Occorre costringere la politica a dichiarare guerra all’evasione fiscale, al malaffare, alla corruzione con provvedimenti concreti, perché solo con il contributo della fiscalità generale si possono trovare risorse adeguate per finanziare un sistema sanitario e di welfare realmente pubblico, equo e universalistico. Il modello di un servizio sanitario pubblico così concepito, è una conquista sociale e di civiltà irrinunciabile per tutti i cittadini che, come sancito dalla nostra Costituzione, hanno pari dignità e sono eguali davanti al Ssn, senza distinzione di sesso, di razza, di lingua, di religione, di opinioni politiche, di condizioni personali e sociali.

Bisogna convincere i cittadini che la tutela della salute è uno dei cardini della sicurezza globale di ogni Paese e del mondo. Quest’idea dovrebbe diventare “voce” di ogni cittadino e il servizio sanitario deve tornare al centro del dibattito pubblico. Se questo non accadrà, per quanto il nuovo Ministro si sforzi, la sanità rimarrà ai margini del confronto politico. Tutti a parole sono a favore della sanità pubblica ma pochi sono disponibili poi a rischiare in proprio per il bene comune.

I principi fondanti del nostro Ssn, universalità, uguaglianza, equità delle cure vengono ogni giorno disattesi senza che si prenda consapevolezza dei danni che si stanno creando, con le differenze tra chi può pagare le cure e chi no, tra chi risiede a Bolzano e chi a Reggio Calabria.

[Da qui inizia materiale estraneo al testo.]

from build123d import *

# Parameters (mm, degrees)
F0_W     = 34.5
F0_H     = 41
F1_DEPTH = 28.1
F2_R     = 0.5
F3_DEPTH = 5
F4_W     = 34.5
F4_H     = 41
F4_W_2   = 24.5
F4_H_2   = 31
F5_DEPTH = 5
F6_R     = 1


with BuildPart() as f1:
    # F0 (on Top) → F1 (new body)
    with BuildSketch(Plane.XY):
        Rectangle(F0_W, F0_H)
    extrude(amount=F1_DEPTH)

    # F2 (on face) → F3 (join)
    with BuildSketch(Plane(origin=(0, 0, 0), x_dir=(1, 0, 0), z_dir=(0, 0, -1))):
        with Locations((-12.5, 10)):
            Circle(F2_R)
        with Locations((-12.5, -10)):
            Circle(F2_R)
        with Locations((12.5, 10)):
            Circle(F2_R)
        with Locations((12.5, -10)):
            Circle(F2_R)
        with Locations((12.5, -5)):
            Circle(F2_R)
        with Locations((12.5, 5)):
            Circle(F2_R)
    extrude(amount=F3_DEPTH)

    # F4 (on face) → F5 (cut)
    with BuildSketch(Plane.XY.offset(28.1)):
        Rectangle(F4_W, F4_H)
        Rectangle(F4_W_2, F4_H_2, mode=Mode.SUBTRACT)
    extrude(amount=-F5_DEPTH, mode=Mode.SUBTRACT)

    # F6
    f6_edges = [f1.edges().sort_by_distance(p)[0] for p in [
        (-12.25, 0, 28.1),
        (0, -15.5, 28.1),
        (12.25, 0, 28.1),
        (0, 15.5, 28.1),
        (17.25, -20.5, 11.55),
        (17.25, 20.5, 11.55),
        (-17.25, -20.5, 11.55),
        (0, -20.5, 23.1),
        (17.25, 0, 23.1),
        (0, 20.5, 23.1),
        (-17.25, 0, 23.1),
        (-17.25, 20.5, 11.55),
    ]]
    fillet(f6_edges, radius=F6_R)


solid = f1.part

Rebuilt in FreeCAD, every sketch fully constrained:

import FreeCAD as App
import Part
import Sketcher

V = App.Vector
Q = App.Units.Quantity


def edges_at(feature, points):
    """Names of the edges that pass closest to the given points."""
    edges = feature.Shape.Edges
    near = lambda p: min(range(len(edges)), key=lambda i: edges[i].distToShape(Part.Vertex(*p))[0])
    return sorted({f"Edge{near(p) + 1}" for p in points})


def add_polygon(sketch, points):
    """Adds a closed chain of lines whose ends are joined by coincident constraints."""
    first, n = sketch.GeometryCount, len(points)
    for a, b in zip(points, points[1:] + points[:1]):
        sketch.addGeometry(Part.LineSegment(App.Vector(*a, 0), App.Vector(*b, 0)), False)
    for i in range(n):
        sketch.addConstraint(Sketcher.Constraint("Coincident", first + i, 2, first + (i + 1) % n, 1))

doc = App.newDocument("Part")
body = doc.addObject("PartDesign::Body", "Body")

# Sketch on XY plane
sketch1 = body.newObject("Sketcher::SketchObject", "Sketch")
sketch1.AttachmentSupport = (doc.getObject("XY_Plane"), [""])
sketch1.MapMode = "FlatFace"
add_polygon(sketch1, [(-17.25, 20.5), (-17.25, -20.5), (17.25, -20.5), (17.25, 20.5)])  # lines 0-3
sketch1.addConstraint([
    Sketcher.Constraint("Vertical", 0),
    Sketcher.Constraint("Horizontal", 1),
    Sketcher.Constraint("Vertical", 2),
    Sketcher.Constraint("Horizontal", 3),
    Sketcher.Constraint("Symmetric", 0, 2, 2, 2, -1, 1),
    Sketcher.Constraint("DistanceY", 0, 2, 0, 1, Q("41 mm")),
    Sketcher.Constraint("DistanceX", 1, 1, 1, 2, Q("34.5 mm")),
])
pad1 = body.newObject("PartDesign::Pad", "Pad")
pad1.Profile = sketch1
pad1.Length = 28.1

# Sketch on XY plane
sketch2 = body.newObject("Sketcher::SketchObject", "Sketch001")
sketch2.AttachmentSupport = (doc.getObject("XY_Plane"), [""])
sketch2.MapMode = "FlatFace"
sketch2.addGeometry([
    Part.Circle(V(-12.5, -10, 0), V(0, 0, 1), 0.5),  # 0
    Part.Circle(V(-12.5, 10, 0), V(0, 0, 1), 0.5),  # 1
    Part.Circle(V(12.5, -10, 0), V(0, 0, 1), 0.5),  # 2
    Part.Circle(V(12.5, 10, 0), V(0, 0, 1), 0.5),  # 3
    Part.Circle(V(12.5, 5, 0), V(0, 0, 1), 0.5),  # 4
    Part.Circle(V(12.5, -5, 0), V(0, 0, 1), 0.5),  # 5
], False)
sketch2.addConstraint([
    Sketcher.Constraint("Equal", 0, 1),
    Sketcher.Constraint("Equal", 1, 2),
    Sketcher.Constraint("Equal", 2, 3),
    Sketcher.Constraint("Equal", 3, 4),
    Sketcher.Constraint("Equal", 4, 5),
    Sketcher.Constraint("Symmetric", 1, 3, 2, 3, -1, 1),
    Sketcher.Constraint("Symmetric", 0, 3, 3, 3, -1, 1),
    Sketcher.Constraint("Symmetric", 0, 3, 2, 3, -2),
    Sketcher.Constraint("Symmetric", 4, 3, 5, 3, -1),
    Sketcher.Constraint("Vertical", 3, 3, 4, 3),
    Sketcher.Constraint("Diameter", 0, Q("1 mm")),
    Sketcher.Constraint("DistanceY", 0, 3, -1, 1, Q("10 mm")),
    Sketcher.Constraint("DistanceY", -1, 1, 4, 3, Q("5 mm")),
    Sketcher.Constraint("DistanceX", 0, 3, 2, 3, Q("25 mm")),
])
pad2 = body.newObject("PartDesign::Pad", "Pad001")
pad2.Profile = sketch2
pad2.Length = 5
pad2.Reversed = True

# Sketch on XY plane
sketch3 = body.newObject("Sketcher::SketchObject", "Sketch002")
sketch3.AttachmentSupport = (doc.getObject("XY_Plane"), [""])
sketch3.MapMode = "FlatFace"
sketch3.AttachmentOffset = App.Placement(V(0, 0, 28.1), App.Rotation())
add_polygon(sketch3, [(-17.25, 20.5), (-17.25, -20.5), (17.25, -20.5), (17.25, 20.5)])  # lines 0-3
add_polygon(sketch3, [(12.25, -15.5), (-12.25, -15.5), (-12.25, 15.5), (12.25, 15.5)])  # lines 4-7
sketch3.addConstraint([
    Sketcher.Constraint("Vertical", 0),
    Sketcher.Constraint("Horizontal", 1),
    Sketcher.Constraint("Vertical", 2),
    Sketcher.Constraint("Horizontal", 3),
    Sketcher.Constraint("Horizontal", 4),
    Sketcher.Constraint("Vertical", 5),
    Sketcher.Constraint("Horizontal", 6),
    Sketcher.Constraint("Vertical", 7),
    Sketcher.Constraint("Symmetric", 0, 2, 2, 2, -1, 1),
    Sketcher.Constraint("Symmetric", 4, 2, 6, 2, -1, 1),
    Sketcher.Constraint("DistanceY", 0, 2, 0, 1, Q("41 mm")),
    Sketcher.Constraint("DistanceY", 5, 1, 5, 2, Q("31 mm")),
    Sketcher.Constraint("DistanceX", 1, 1, 1, 2, Q("34.5 mm")),
    Sketcher.Constraint("DistanceX", 4, 2, 4, 1, Q("24.5 mm")),
])
pocket1 = body.newObject("PartDesign::Pocket", "Pocket")
pocket1.Profile = sketch3
pocket1.Length = 5
doc.recompute()

fillet = body.newObject("PartDesign::Fillet", "Fillet")
fillet.Base = (pocket1, edges_at(pocket1, [
    (-12.25, 0, 28.1),
    (0, -15.5, 28.1),
    (12.25, 0, 28.1),
    (0, 15.5, 28.1),
    (17.25, -20.5, 11.55),
    (17.25, 20.5, 11.55),
    (-17.25, -20.5, 11.55),
    (0, -20.5, 23.1),
    (17.25, 0, 23.1),
    (0, 20.5, 23.1),
    (-17.25, 0, 23.1),
    (-17.25, 20.5, 11.55),
]))
fillet.Radius = 1

doc.recompute()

Da tempo la Fnp Cisl pensionati, insieme alla Cisl, ha proposto in modo chiaro un “tavolo di confronto” tra Governo, sindacati, istituzioni e rappresentanze sociali per promuovere la salvaguardia del Ssn pubblico, anche se non tutti i soggetti hanno la stessa visione di salute pubblica. In questa azione comune di salvaguardia del Ssn è necessario coinvolgere anche i cittadini, forse ancora poco consapevoli di quanto stanno perdendo ma, allo stesso tempo, arrabbiati con gli operatori sanitari, convinti che siano i medici e gli infermieri a negare loro le cure nei tempi e nei modi necessari.

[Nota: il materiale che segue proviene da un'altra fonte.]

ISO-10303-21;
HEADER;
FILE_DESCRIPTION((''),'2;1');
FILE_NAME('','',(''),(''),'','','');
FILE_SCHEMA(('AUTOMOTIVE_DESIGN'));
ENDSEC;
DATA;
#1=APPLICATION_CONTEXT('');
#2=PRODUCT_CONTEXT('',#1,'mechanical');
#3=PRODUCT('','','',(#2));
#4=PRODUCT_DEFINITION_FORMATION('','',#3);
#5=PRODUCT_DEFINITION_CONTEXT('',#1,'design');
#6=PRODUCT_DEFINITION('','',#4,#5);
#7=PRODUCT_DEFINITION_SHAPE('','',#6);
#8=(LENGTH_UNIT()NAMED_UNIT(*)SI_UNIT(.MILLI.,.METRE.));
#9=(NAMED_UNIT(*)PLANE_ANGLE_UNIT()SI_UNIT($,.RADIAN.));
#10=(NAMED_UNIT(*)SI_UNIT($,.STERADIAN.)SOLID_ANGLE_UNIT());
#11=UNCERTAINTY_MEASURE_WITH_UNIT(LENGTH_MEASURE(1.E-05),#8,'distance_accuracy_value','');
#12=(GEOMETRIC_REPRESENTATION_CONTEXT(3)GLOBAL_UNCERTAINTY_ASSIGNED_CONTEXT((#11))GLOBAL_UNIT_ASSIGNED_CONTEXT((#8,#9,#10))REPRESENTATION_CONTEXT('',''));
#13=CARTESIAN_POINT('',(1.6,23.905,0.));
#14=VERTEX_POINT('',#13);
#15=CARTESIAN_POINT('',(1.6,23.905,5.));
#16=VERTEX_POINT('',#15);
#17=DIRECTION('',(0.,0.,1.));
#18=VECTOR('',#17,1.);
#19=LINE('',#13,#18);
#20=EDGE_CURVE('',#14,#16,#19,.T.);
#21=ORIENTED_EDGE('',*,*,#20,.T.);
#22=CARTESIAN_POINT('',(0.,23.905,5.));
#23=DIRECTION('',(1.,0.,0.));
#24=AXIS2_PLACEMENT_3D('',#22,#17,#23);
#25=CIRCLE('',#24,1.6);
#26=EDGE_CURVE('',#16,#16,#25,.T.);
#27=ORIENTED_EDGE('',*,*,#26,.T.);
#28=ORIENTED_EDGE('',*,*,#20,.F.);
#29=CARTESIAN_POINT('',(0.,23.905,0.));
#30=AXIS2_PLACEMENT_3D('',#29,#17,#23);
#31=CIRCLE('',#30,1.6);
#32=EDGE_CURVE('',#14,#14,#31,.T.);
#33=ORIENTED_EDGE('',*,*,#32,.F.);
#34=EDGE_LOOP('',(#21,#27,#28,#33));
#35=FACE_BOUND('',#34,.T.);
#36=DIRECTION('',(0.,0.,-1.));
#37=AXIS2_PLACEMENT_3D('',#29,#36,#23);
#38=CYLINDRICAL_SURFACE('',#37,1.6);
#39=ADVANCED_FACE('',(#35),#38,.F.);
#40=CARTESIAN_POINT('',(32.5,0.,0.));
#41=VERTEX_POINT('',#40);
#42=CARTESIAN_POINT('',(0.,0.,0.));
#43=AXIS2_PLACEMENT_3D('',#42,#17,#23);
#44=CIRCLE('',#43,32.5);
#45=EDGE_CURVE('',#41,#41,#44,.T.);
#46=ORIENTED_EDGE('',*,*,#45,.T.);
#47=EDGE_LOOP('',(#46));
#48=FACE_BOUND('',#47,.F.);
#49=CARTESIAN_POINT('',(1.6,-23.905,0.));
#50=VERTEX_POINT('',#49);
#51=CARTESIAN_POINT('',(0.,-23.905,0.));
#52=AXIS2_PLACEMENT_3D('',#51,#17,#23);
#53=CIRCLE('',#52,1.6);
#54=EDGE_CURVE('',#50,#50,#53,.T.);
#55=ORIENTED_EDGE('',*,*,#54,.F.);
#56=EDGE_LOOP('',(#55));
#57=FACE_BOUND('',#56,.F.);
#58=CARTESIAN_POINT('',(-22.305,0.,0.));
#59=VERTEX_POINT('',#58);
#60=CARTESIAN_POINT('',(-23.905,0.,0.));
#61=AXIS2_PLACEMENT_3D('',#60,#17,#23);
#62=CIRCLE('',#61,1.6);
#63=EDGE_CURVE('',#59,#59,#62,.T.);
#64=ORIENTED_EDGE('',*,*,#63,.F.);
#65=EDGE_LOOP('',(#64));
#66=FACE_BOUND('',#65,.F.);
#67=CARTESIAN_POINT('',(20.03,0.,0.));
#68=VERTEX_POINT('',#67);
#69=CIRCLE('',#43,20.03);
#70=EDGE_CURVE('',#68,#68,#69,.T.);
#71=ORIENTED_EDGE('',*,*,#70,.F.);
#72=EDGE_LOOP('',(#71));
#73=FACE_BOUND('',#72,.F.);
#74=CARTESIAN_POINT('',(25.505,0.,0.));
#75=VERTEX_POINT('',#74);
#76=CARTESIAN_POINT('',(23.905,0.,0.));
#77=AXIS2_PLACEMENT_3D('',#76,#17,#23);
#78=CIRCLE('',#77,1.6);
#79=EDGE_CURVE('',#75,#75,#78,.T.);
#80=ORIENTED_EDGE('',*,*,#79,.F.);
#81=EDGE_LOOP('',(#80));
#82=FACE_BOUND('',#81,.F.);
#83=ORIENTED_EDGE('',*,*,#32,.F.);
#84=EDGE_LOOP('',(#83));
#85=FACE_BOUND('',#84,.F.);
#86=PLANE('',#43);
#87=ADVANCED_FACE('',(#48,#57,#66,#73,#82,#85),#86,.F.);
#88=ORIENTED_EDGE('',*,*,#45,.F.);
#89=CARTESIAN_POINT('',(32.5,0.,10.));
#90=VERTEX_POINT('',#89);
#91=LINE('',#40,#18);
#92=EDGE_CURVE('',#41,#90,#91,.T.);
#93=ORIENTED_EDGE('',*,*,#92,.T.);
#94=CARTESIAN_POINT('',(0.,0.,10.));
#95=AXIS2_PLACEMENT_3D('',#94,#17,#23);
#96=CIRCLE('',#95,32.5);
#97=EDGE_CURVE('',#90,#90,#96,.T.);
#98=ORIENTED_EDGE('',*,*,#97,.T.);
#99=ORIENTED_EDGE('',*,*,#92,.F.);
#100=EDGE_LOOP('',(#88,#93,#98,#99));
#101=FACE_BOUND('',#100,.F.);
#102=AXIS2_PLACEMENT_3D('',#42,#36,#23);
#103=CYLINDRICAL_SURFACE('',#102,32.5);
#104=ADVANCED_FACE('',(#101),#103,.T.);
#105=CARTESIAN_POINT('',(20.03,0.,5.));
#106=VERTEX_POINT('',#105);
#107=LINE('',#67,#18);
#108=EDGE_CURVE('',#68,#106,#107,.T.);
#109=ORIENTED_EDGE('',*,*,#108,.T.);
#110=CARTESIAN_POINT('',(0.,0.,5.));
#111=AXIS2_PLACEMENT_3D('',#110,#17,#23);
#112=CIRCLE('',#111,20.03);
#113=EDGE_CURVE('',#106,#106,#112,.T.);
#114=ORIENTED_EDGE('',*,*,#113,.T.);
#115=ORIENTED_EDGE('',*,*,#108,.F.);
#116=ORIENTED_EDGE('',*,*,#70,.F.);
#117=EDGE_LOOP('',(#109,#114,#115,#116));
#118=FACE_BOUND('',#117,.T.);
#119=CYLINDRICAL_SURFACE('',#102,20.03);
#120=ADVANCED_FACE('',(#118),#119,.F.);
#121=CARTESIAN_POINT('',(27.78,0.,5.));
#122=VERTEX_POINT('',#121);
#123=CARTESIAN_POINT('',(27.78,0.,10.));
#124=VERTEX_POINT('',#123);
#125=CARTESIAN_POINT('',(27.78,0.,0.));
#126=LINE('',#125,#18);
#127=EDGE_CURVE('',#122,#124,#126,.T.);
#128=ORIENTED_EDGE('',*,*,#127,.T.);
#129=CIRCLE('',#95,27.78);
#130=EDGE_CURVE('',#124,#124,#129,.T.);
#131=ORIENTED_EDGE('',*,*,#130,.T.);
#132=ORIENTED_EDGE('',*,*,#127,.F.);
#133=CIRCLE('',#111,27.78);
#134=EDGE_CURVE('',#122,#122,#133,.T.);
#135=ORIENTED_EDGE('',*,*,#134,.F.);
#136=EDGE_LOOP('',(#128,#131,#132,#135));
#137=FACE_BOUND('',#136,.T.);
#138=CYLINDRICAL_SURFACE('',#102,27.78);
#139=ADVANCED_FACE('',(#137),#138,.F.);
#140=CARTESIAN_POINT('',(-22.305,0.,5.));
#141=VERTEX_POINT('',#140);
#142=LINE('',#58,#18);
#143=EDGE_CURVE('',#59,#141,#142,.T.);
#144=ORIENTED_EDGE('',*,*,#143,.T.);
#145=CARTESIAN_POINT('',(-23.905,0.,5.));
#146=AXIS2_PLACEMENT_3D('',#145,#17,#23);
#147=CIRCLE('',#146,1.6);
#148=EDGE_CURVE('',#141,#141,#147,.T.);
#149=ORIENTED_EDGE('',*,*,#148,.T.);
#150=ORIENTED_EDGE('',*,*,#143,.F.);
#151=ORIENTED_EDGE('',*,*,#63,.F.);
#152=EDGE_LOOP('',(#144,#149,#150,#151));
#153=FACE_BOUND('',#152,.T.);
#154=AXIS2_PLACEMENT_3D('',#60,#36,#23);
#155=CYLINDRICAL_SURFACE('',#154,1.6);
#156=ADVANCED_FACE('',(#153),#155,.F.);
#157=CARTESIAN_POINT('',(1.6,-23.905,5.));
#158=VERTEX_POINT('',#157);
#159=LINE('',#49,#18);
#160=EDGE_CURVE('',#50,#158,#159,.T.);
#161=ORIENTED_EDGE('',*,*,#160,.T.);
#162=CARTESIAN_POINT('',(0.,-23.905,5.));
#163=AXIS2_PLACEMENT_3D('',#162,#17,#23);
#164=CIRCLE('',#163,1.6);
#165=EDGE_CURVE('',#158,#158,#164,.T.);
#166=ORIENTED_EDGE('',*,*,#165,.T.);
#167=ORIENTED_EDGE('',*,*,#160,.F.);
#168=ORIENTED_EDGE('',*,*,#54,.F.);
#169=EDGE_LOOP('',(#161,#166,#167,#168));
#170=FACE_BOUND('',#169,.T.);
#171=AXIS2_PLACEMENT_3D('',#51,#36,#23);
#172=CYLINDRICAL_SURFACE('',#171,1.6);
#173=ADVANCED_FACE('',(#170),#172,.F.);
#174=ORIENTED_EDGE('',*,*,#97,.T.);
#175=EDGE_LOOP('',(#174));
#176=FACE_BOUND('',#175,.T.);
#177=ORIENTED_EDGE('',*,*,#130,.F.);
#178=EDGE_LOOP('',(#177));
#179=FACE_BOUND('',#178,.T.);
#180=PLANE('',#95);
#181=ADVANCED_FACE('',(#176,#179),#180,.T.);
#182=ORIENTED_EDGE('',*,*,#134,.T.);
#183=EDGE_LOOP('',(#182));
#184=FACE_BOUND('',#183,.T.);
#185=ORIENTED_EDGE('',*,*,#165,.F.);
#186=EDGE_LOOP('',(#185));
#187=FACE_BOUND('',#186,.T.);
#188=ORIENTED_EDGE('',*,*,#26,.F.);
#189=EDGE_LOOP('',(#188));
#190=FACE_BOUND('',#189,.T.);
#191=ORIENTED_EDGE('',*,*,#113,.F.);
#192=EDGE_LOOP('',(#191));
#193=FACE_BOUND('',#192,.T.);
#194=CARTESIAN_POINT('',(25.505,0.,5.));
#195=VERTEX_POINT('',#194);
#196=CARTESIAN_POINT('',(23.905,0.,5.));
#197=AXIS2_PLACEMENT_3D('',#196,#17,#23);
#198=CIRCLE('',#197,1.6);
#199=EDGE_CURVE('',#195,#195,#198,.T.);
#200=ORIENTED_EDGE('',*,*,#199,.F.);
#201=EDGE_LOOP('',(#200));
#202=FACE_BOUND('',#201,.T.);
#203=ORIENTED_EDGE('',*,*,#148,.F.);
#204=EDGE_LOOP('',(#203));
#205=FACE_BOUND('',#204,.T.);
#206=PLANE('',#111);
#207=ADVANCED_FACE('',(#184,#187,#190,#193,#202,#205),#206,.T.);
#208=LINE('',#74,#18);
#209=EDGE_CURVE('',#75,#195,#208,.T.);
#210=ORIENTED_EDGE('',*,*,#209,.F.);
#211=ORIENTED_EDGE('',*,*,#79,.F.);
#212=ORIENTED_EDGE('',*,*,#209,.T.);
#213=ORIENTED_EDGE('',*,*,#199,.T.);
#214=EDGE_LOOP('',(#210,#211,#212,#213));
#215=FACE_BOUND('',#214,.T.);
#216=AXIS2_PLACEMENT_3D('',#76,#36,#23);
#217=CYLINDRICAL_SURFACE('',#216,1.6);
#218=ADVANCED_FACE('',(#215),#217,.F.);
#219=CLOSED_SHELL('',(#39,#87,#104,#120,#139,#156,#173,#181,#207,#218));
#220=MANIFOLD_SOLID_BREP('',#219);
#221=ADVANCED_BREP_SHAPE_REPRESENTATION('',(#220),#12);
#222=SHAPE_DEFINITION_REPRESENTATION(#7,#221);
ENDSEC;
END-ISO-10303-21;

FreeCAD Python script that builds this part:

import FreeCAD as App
import Part
import Sketcher

V = App.Vector

doc = App.newDocument("Part")
body = doc.addObject("PartDesign::Body", "Body")

sketch1 = doc.addObject("Sketcher::SketchObject", "Sketch")
body.addObject(sketch1)
sketch1.AttachmentSupport = (doc.XY_Plane, [""])
sketch1.MapMode = "FlatFace"
sketch1.addGeometry(Part.Circle(V(0, 0, 0), V(0, 0, 1), 32), False)
sketch1.addGeometry(Part.Circle(V(0, 0, 0), V(0, 0, 1), 28), False)
sketch1.addConstraint(Sketcher.Constraint("Coincident", 0, 3, -1, 1))
sketch1.addConstraint(Sketcher.Constraint("Coincident", 1, 3, -1, 1))
sketch1.addConstraint(Sketcher.Constraint("Diameter", 0, 65.0))
sketch1.addConstraint(Sketcher.Constraint("Diameter", 1, 55.56))
pad1 = doc.addObject("PartDesign::Pad", "Pad")
body.addObject(pad1)
pad1.Profile = sketch1
pad1.Length = 10

sketch2 = doc.addObject("Sketcher::SketchObject", "Sketch001")
body.addObject(sketch2)
sketch2.AttachmentSupport = (doc.XY_Plane, [""])
sketch2.MapMode = "FlatFace"
sketch2.addGeometry(Part.Circle(V(0, 0, 0), V(0, 0, 1), 27.8), False)
sketch2.addGeometry(Part.Circle(V(0, -23.9, 0), V(0, 0, 1), 1.6), False)
sketch2.addGeometry(Part.Circle(V(-23.9, 0, 0), V(0, 0, 1), 1.6), False)
sketch2.addGeometry(Part.Circle(V(0, 0, 0), V(0, 0, 1), 20), False)
sketch2.addGeometry(Part.Circle(V(23.9, 0, 0), V(0, 0, 1), 1.6), False)
sketch2.addGeometry(Part.Circle(V(0, 23.9, 0), V(0, 0, 1), 1.6), False)
sketch2.addConstraint(Sketcher.Constraint("Coincident", 0, 3, -1, 1))
sketch2.addConstraint(Sketcher.Constraint("Coincident", 3, 3, -1, 1))
sketch2.addConstraint(Sketcher.Constraint("Equal", 1, 2))
sketch2.addConstraint(Sketcher.Constraint("Equal", 2, 4))
sketch2.addConstraint(Sketcher.Constraint("Equal", 4, 5))
sketch2.addConstraint(Sketcher.Constraint("Symmetric", 2, 3, 4, 3, -1, 1))
sketch2.addConstraint(Sketcher.Constraint("Symmetric", 1, 3, 5, 3, -1, 1))
sketch2.addConstraint(Sketcher.Constraint("PointOnObject", 1, 3, -2))
sketch2.addConstraint(Sketcher.Constraint("PointOnObject", 2, 3, -1))
sketch2.addConstraint(Sketcher.Constraint("Diameter", 1, 3.2))
sketch2.addConstraint(Sketcher.Constraint("Diameter", 0, 55.56))
sketch2.addConstraint(Sketcher.Constraint("Diameter", 3, 40.06))
sketch2.addConstraint(Sketcher.Constraint("DistanceX", 2, 3, 4, 3, 47.81))
sketch2.addConstraint(Sketcher.Constraint("DistanceY", 1, 3, 5, 3, 47.81))
pad2 = doc.addObject("PartDesign::Pad", "Pad001")
body.addObject(pad2)
pad2.Profile = sketch2
pad2.Length = 5

doc.recompute()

Il Ssn è un pilastro della nostra società che sta scricchiolando, per questo va difeso e preservato. Qui o ci salviamo tutti o non si salva nessuno perché tutti, prima o poi, avremo bisogno di usufruire del nostro Ssn pubblico che finora ha davvero garantito a tutti, ricchi e poveri, un uguale ed equo accesso alle cure.

Non lasciamoci portare via questo bene prezioso che è patrimonio di tutti e da tutti deve essere salvato. Nel frattempo, in attesa di risposte concrete e coerenti da questo Governo, lancio uno slogan: “Salviamo il nostro Ssn pubblico e universalistico per le future generazioni”, consapevole che in mezzo a tante difficoltà nascono anche importanti opportunità.